17 June 2026, 19:34

Reiches Klimapolitik gefährdet Deutschlands Weg zur Klimaneutralität bis 2045

Die Aktivitäten von Katharina Reiche

Reiches Klimapolitik gefährdet Deutschlands Weg zur Klimaneutralität bis 2045

Bundeswirtschaftsministerin Katharina Reiche treibt eine Politik voran, die die Klimaziele Deutschlands gefährdet. Ihre Pläne umfassen die Beschleunigung von fossilen Gasprojekten und die Abschwächung von Anreizen für erneuerbare Energien. Kritiker warnen, dass diese Schritte das Ziel der Klimaneutralität bis 2045 untergraben könnten.

Reiche forciert den Ausbau neuer Gasinfrastrukturen und begründet dies mit der Sicherung des deutschen Kohleausstiegs. Zudem hat sie das von ihrem Vorgänger Robert Habeck eingeführte Heizungsgesetz verwässert – damit dürfen Gas- und Ölheizungen nun ohne zeitliche Begrenzung weiterbetrieben werden.

Ihre Politik erstreckt sich auch auf die Energiepreise: Dachsolaranlagen und großflächige erneuerbare Energien werden dadurch weniger wirtschaftlich.
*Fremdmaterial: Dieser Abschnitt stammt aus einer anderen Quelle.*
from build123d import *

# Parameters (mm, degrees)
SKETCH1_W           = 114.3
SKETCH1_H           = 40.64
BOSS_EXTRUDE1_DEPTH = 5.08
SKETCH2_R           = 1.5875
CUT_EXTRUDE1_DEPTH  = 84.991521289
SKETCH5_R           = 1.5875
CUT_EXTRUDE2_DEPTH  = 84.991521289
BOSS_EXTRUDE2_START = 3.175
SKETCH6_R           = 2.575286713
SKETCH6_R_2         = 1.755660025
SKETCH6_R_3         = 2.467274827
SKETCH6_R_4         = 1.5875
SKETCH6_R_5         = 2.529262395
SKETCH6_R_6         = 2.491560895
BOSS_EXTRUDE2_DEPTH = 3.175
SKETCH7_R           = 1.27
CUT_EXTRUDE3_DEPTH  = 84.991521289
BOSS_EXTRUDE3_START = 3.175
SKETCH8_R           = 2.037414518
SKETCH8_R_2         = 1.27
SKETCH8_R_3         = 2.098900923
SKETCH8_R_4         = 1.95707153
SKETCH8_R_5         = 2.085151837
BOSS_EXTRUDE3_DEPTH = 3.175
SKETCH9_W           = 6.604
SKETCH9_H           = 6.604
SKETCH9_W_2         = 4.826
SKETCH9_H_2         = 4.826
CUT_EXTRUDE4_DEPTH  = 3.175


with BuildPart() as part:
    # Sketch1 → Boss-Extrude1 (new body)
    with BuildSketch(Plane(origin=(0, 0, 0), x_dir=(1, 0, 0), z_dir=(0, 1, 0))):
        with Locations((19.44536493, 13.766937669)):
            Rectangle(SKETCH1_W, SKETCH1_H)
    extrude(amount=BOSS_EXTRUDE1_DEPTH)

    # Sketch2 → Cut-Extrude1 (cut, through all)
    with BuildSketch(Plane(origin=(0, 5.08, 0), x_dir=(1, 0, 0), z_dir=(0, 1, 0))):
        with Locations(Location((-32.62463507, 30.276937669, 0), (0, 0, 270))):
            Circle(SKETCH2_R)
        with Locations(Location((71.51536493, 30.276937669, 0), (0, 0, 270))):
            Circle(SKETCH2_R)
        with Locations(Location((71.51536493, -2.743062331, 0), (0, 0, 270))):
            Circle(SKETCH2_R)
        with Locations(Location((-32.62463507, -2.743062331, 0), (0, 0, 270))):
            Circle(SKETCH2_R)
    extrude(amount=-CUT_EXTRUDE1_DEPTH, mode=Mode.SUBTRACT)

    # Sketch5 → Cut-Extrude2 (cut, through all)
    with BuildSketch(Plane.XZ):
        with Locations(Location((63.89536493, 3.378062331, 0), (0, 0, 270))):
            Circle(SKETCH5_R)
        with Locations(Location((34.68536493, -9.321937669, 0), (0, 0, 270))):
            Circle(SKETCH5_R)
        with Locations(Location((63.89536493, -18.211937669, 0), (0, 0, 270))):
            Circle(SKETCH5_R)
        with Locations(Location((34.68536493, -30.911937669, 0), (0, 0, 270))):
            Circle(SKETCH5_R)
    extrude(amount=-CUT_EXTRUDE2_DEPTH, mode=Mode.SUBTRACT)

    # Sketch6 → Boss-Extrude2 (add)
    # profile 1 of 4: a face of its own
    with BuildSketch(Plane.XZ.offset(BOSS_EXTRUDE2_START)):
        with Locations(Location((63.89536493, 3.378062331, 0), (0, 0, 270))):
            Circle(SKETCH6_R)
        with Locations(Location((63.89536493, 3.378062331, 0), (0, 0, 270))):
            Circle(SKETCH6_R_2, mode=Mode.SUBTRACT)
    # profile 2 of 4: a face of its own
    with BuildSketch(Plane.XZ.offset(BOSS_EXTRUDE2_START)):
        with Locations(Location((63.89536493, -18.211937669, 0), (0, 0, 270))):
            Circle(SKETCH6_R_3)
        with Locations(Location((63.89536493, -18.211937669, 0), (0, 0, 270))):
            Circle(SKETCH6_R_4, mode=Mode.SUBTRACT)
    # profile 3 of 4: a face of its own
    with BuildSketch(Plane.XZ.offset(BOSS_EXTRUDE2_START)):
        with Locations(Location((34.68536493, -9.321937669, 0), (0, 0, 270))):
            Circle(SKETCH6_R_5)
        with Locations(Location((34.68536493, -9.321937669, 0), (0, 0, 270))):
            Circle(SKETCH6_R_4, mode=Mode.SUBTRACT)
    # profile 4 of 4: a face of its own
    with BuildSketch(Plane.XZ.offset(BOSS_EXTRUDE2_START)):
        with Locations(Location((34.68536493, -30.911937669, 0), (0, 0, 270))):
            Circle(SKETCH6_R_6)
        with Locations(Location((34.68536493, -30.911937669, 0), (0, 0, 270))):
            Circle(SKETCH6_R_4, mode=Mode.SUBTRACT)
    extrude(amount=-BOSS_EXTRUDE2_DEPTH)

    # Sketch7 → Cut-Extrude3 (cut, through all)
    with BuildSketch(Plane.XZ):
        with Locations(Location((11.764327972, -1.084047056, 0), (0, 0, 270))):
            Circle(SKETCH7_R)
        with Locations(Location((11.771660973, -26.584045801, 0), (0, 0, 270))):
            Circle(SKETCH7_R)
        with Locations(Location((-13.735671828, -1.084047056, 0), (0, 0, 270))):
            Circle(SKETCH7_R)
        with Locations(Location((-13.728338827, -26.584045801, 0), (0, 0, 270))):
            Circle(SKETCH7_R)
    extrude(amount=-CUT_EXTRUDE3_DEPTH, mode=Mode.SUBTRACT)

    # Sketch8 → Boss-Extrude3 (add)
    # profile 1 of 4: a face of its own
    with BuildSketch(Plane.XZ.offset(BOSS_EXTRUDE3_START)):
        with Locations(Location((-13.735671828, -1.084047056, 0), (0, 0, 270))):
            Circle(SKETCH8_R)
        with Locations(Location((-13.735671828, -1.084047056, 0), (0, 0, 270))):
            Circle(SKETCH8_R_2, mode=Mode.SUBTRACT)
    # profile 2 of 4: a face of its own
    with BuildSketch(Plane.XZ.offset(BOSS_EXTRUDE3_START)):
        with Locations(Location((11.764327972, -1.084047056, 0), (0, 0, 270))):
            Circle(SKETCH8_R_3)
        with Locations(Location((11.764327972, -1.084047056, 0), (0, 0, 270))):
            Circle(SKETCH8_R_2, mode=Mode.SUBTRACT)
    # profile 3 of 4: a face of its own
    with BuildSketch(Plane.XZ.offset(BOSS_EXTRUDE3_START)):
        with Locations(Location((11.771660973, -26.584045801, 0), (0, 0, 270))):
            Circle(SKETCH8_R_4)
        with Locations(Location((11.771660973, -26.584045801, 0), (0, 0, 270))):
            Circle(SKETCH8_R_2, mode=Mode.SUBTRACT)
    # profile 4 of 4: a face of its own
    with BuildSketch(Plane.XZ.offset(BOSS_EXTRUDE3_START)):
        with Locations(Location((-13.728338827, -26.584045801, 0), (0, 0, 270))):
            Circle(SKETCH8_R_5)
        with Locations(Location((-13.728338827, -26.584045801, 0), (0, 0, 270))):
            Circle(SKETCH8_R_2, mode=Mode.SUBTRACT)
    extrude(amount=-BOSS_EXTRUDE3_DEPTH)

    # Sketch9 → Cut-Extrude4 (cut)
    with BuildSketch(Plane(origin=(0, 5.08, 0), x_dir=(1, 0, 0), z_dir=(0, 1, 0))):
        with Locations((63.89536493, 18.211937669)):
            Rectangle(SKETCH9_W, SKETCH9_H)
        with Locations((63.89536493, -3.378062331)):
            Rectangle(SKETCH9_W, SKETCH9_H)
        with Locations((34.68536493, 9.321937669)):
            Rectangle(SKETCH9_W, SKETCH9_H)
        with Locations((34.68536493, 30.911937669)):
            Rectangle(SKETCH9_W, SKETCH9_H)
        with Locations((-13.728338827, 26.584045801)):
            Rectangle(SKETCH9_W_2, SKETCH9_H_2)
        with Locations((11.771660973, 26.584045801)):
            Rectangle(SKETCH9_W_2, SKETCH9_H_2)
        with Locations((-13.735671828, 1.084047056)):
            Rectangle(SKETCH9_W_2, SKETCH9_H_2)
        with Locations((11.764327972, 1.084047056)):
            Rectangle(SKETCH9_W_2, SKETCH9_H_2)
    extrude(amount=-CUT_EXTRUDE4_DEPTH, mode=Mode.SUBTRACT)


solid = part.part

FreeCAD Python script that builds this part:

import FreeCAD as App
import Part
import Sketcher
Q = App.Units.Quantity

doc = App.newDocument("Part")
body = doc.addObject("PartDesign::Body", "Body")

sketch1 = body.newObject("Sketcher::SketchObject", "Sketch")
sketch1.AttachmentSupport = (doc.getObject("XZ_Plane"), [""])
sketch1.MapMode = "FlatFace"
sketch1.addGeometry([
    Part.LineSegment(App.Vector(-38, -34, 0), App.Vector(-38, 7, 0)),
    Part.LineSegment(App.Vector(-38, 7, 0), App.Vector(77, 7, 0)),
    Part.LineSegment(App.Vector(77, 7, 0), App.Vector(77, -34, 0)),
    Part.LineSegment(App.Vector(77, -34, 0), App.Vector(-38, -34, 0)),
], False)
sketch1.addConstraint([
    Sketcher.Constraint("Coincident", 0, 2, 1, 1),
    Sketcher.Constraint("Coincident", 1, 2, 2, 1),
    Sketcher.Constraint("Coincident", 2, 2, 3, 1),
    Sketcher.Constraint("Coincident", 3, 2, 0, 1),
    Sketcher.Constraint("Vertical", 0),
    Sketcher.Constraint("Horizontal", 1),
    Sketcher.Constraint("Vertical", 2),
    Sketcher.Constraint("Horizontal", 3),
    Sketcher.Constraint("DistanceX", 1, 1, 1, 2, Q("4.5 in")),
    Sketcher.Constraint("DistanceY", 0, 1, 0, 2, Q("1.6 in")),
    Sketcher.Constraint("DistanceX", 0, 2, -1, 1, 37.704635),
    Sketcher.Constraint("DistanceY", -1, 1, 0, 2, 6.553062),
])
pad1 = body.newObject("PartDesign::Pad", "Pad")
pad1.Profile = sketch1
pad1.Length = Q("0.2 in")
pad1.Reversed = True

sketch2 = body.newObject("Sketcher::SketchObject", "Sketch001")
sketch2.AttachmentSupport = (doc.getObject("XZ_Plane"), [""])
sketch2.MapMode = "FlatFace"
sketch2.AttachmentOffset = App.Placement(App.Vector(0, 0, -0.2 * 25.4), App.Rotation())
sketch2.addGeometry([
    Part.Circle(App.Vector(-32.6, -30.3, 0), App.Vector(0, 0, 1), 1.6),
    Part.Circle(App.Vector(71.5, -30.3, 0), App.Vector(0, 0, 1), 1.6),
    Part.Circle(App.Vector(71.5, 2.7, 0), App.Vector(0, 0, 1), 1.6),
    Part.Circle(App.Vector(-32.6, 2.7, 0), App.Vector(0, 0, 1), 1.6),
], False)
sketch2.addConstraint([
    Sketcher.Constraint("Equal", 0, 1),
    Sketcher.Constraint("Equal", 1, 2),
    Sketcher.Constraint("Equal", 2, 3),
    Sketcher.Constraint("Horizontal", 0, 3, 1, 3),
    Sketcher.Constraint("Horizontal", 2, 3, 3, 3),
    Sketcher.Constraint("Vertical", 1, 3, 2, 3),
    Sketcher.Constraint("Vertical", 0, 3, 3, 3),
    Sketcher.Constraint("Diameter", 0, Q("0.125 in")),
    Sketcher.Constraint("DistanceX", 0, 3, 1, 3, Q("4.1 in")),
    Sketcher.Constraint("DistanceY", 1, 3, 2, 3, Q("1.3 in")),
    Sketcher.Constraint("DistanceX", 0, 3, -1, 1, 32.624635),
    Sketcher.Constraint("DistanceY", 0, 3, -1, 1, 30.276938),
])
pocket1 = body.newObject("PartDesign::Pocket", "Pocket")
pocket1.Profile = sketch2
pocket1.Type = "ThroughAll"
pocket1.Reversed = True

sketch3 = body.newObject("Sketcher::SketchObject", "Sketch002")
sketch3.AttachmentSupport = (doc.getObject("XZ_Plane"), [""])
sketch3.MapMode = "FlatFace"
sketch3.addGeometry([
    Part.Circle(App.Vector(63.9, 3.4, 0), App.Vector(0, 0, 1), 1.6),
    Part.Circle(App.Vector(34.7, -9.3, 0), App.Vector(0, 0, 1), 1.6),
    Part.Circle(App.Vector(63.9, -18.2, 0), App.Vector(0, 0, 1), 1.6),
    Part.Circle(App.Vector(34.7, -30.9, 0), App.Vector(0, 0, 1), 1.6),
], False)
sketch3.addConstraint([
    Sketcher.Constraint("Equal", 0, 1),
    Sketcher.Constraint("Equal", 1, 2),
    Sketcher.Constraint("Equal", 2, 3),
    Sketcher.Constraint("Vertical", 0, 3, 2, 3),
    Sketcher.Constraint("Vertical", 1, 3, 3, 3),
    Sketcher.Constraint("Diameter", 0, Q("0.125 in")),
    Sketcher.Constraint("DistanceY", 1, 3, 0, 3, Q("0.5 in")),
    Sketcher.Constraint("DistanceY", 3, 3, 2, 3, Q("0.5 in")),
    Sketcher.Constraint("DistanceX", 1, 3, 0, 3, Q("1.15 in")),
    Sketcher.Constraint("DistanceY", 2, 3, 0, 3, Q("0.85 in")),
    Sketcher.Constraint("DistanceX", -1, 1, 0, 3, 63.895365),
    Sketcher.Constraint("DistanceY", -1, 1, 0, 3, 3.378062),
])
pocket2 = body.newObject("PartDesign::Pocket", "Pocket001")
pocket2.Profile = sketch3
pocket2.Type = "ThroughAll"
Gleichzeitig hat der staatliche Energiekonzern Sefe langfristige LNG-Importe aus Kanada bis 2050 vertraglich festgeschrieben. Konservative Wirtschaftsverbände bereiten nun Kampagnen gegen die Klimapolitik selbst vor.

CDU und SPD erhöhen den Druck, die deutschen Klimaziele zu verschieben. Diese Schritte kommen den Interessen der fossilen Brennstoffindustrie entgegen und stärken rechtsextreme Klimaleugner-Narrative. Die Maßnahmen machen die Klimaneutralität bis 2045 nahezu unmöglich – dabei setzt das deutsche Ziel bereits voraus, dass andere EU-Staaten ihre Vorgaben später erfüllen. Die Regierungsentscheidungen riskieren, langfristige Klimamaßnahmen für kurzfristige Vorteile zu opfern.